Microsoft Cognitive Challenge

Introduction

In this challenge you will receive 3 links to images that are sentences, (written in English), that represent poorly scanned text images. The text images include typos, blurring, additional or missing spaces and swapped letters.
The following image is an example:

mcc_example1.png

The challenge is to determine what the true sentence is.

To help you do this you can use the Microsoft Cognitive Services API. In the example above the answer would be "How much did he charge to mend the chain?".

Challenge Objective

In the challenge, you will compete against one of our housebots, housebot-competition.

The objective is to get the closest answer or, even better, the exact phrase for each of the three sentences that you are given. You will be scored by taking the Levenshtein distance (or edit distance) between your answer and the correct solution.
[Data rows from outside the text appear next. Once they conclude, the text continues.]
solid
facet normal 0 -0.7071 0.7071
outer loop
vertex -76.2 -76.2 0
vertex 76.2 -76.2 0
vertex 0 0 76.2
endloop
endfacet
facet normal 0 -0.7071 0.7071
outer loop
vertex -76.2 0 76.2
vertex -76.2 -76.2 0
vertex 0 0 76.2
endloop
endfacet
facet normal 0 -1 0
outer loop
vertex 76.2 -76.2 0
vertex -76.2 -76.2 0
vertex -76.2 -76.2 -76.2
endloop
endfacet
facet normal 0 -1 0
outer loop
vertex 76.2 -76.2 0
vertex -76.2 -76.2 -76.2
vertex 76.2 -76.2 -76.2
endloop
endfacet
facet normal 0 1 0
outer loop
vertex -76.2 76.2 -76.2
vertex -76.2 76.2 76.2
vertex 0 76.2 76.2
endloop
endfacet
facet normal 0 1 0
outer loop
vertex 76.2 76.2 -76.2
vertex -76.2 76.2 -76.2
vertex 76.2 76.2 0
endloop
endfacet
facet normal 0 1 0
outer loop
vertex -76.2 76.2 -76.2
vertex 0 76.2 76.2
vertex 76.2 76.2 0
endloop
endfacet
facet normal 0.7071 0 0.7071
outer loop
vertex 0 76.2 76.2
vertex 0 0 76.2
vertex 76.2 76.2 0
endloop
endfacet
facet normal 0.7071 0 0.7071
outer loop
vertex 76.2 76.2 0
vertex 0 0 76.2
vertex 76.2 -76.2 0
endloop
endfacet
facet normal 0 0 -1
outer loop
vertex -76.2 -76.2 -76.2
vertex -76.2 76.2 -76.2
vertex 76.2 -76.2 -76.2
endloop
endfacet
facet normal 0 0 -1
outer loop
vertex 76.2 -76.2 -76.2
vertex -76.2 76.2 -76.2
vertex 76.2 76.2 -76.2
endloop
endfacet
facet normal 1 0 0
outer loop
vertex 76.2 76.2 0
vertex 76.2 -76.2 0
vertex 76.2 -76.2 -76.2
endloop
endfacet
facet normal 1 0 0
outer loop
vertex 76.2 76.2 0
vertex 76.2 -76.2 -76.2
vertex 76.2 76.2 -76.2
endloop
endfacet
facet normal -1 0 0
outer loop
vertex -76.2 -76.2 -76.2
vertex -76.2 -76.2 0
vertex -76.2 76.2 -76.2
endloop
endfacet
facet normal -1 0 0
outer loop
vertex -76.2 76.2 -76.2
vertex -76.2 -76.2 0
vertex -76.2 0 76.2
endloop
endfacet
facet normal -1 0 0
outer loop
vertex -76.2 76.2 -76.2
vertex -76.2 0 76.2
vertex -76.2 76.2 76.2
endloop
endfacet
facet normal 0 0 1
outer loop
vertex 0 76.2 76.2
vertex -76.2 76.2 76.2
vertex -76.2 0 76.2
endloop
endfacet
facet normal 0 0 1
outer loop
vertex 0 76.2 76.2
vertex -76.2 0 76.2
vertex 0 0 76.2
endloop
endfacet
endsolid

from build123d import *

# Parameters (mm, degrees)
F0_W     = 152.4
F0_H     = 152.4
F1_DEPTH = 76.2
F4_DEPTH = 152.401
F5_DEPTH = 152.401


with BuildPart() as f1:
    # F0 (on Top) → F1 (new body, symmetric)
    with BuildSketch(Plane.XY):
        Rectangle(F0_W, F0_H)
    extrude(amount=F1_DEPTH, both=True)

    # F2 (on face) → F4 (cut, through all)
    with BuildSketch(Plane.YZ.offset(76.2)):
        Polygon((-76.2, 76.2), (-76.2, 0), (0, 76.2), align=None)
    extrude(amount=-F4_DEPTH, mode=Mode.SUBTRACT)

    # F3 (on face) → F5 (cut, through all)
    with BuildSketch(Plane.XZ.offset(76.2)):
        Polygon((76.2, 76.2), (0, 76.2), (76.2, 0), align=None)
    extrude(amount=-F5_DEPTH, mode=Mode.SUBTRACT)


solid = f1.part
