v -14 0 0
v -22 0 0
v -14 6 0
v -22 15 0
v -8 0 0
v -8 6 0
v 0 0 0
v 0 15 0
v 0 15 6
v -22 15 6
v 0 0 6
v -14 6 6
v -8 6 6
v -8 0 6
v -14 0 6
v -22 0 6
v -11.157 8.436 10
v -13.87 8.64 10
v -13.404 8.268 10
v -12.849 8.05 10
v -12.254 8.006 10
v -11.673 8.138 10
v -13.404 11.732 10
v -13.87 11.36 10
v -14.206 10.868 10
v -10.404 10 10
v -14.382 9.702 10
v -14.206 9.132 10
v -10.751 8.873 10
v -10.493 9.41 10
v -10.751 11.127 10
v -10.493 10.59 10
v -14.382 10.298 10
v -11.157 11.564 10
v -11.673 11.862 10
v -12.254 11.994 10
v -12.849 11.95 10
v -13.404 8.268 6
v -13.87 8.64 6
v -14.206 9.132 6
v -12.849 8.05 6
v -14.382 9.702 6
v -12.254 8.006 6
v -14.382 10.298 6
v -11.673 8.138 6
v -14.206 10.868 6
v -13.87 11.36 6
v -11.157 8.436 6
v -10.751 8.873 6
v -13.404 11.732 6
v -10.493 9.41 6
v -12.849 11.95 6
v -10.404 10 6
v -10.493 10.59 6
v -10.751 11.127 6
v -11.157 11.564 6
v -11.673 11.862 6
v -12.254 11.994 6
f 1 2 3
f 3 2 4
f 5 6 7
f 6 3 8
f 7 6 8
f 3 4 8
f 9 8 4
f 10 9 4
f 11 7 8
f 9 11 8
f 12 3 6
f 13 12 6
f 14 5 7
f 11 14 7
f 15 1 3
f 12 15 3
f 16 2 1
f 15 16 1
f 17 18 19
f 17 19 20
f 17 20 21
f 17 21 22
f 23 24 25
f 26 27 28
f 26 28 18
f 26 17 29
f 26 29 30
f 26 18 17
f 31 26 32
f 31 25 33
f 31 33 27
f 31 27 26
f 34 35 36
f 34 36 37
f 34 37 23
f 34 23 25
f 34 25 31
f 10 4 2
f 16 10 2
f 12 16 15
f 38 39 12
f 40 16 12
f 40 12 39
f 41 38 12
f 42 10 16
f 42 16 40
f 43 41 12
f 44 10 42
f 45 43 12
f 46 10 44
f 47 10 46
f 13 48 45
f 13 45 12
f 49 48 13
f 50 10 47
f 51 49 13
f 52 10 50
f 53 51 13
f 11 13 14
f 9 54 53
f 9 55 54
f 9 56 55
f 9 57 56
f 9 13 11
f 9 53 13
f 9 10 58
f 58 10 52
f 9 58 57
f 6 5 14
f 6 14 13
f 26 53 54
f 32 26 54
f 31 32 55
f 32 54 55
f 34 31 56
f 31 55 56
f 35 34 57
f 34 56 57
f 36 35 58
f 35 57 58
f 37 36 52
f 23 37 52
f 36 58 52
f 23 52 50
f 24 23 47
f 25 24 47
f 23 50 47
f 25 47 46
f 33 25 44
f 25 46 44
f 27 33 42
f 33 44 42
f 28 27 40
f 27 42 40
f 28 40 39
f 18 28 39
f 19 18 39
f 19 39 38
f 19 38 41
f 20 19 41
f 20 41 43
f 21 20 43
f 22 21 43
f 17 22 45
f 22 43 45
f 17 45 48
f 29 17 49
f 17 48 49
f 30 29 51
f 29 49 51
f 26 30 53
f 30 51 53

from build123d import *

# Parameters (mm, degrees)
ESQUISSE1_W        = 8
ESQUISSE1_H        = 6
BOSS_EXTRU_1_DEPTH = 6
ESQUISSE2_R        = 2
BOSS_EXTRU_2_DEPTH = 4


with BuildPart() as part:
    # Esquisse1 → Boss.-Extru.1 (new body)
    with BuildSketch(Plane.XY):
        Polygon((-8, 6), (0, 6), (0, 15), (-22, 15), (-22, 6), (-14, 6), align=None)
        with Locations((-4, 3)):
            Rectangle(ESQUISSE1_W, ESQUISSE1_H)
        with Locations((-18, 3)):
            Rectangle(ESQUISSE1_W, ESQUISSE1_H)
    extrude(amount=BOSS_EXTRU_1_DEPTH)

    # Esquisse2 → Boss.-Extru.2 (add)
    with BuildSketch(Plane.XY.offset(6)):
        with Locations((-12.403841621, 10)):
            Circle(ESQUISSE2_R)
    extrude(amount=BOSS_EXTRU_2_DEPTH)


solid = part.part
The Levenshtein distance is calculated by taking your answer and the correct sentence and working out the number of deletions, insertions, or substitutions required to transform your answer into the correct sentence.

For example if the correct solution was:

  • "The quick brown fox jumps over the lazy dog"

And you submitted:

  • "The qucik brown fox jumps over the lazy dg"

The distance would be 3, as you would need to

  • swap the 'c' to an 'i'
  • swap the 'i' to a 'c'
  • insert an 'o'.

When working out the distance the test is NOT case sensitive eg 'Apple' will correctly match 'apple' with no penalty.

The distance for all three sentences will be calculated, and the total difference from your opponents distance will represent your result in the challenge. For example if your total distance across 3 sentences is 15 and your opponents is 20, you will score 5 and win this game.

During the game you will be presented with the current state of play:

mcc_example2.png

In the image above we have highlighted three areas. One in red, one in yellow and one in blue. The area highlighted by the red box is your current guess for the first sentence. The area highlighted by the yellow box shows the current Levenshtein distance for you and your opponent. In this example you are currently losing 10 to 8 and your net score would therefore be -2. The area highlighted by the blue box is a visual representation of how well you are doing in the game, the bigger the green bar the better your bot is performing.

At the end of the game all 3 differences are added together and this will be your overall score for the game. So in the example above if the game were to end at this point your score would be -6.

Official Game Play Criteria

In order for a game to be included in the challenge, it must:

  • Play the Microsoft Cognitive Challenge game type
  • Play against housebot-competition
  • Play Game Style "901 | 3 Sentences | Stake 0 | Prize 0"

Microsoft Cognitive Services

In order to recognise and interpret the text in the images, you can use the Microsoft Cognitive Services API.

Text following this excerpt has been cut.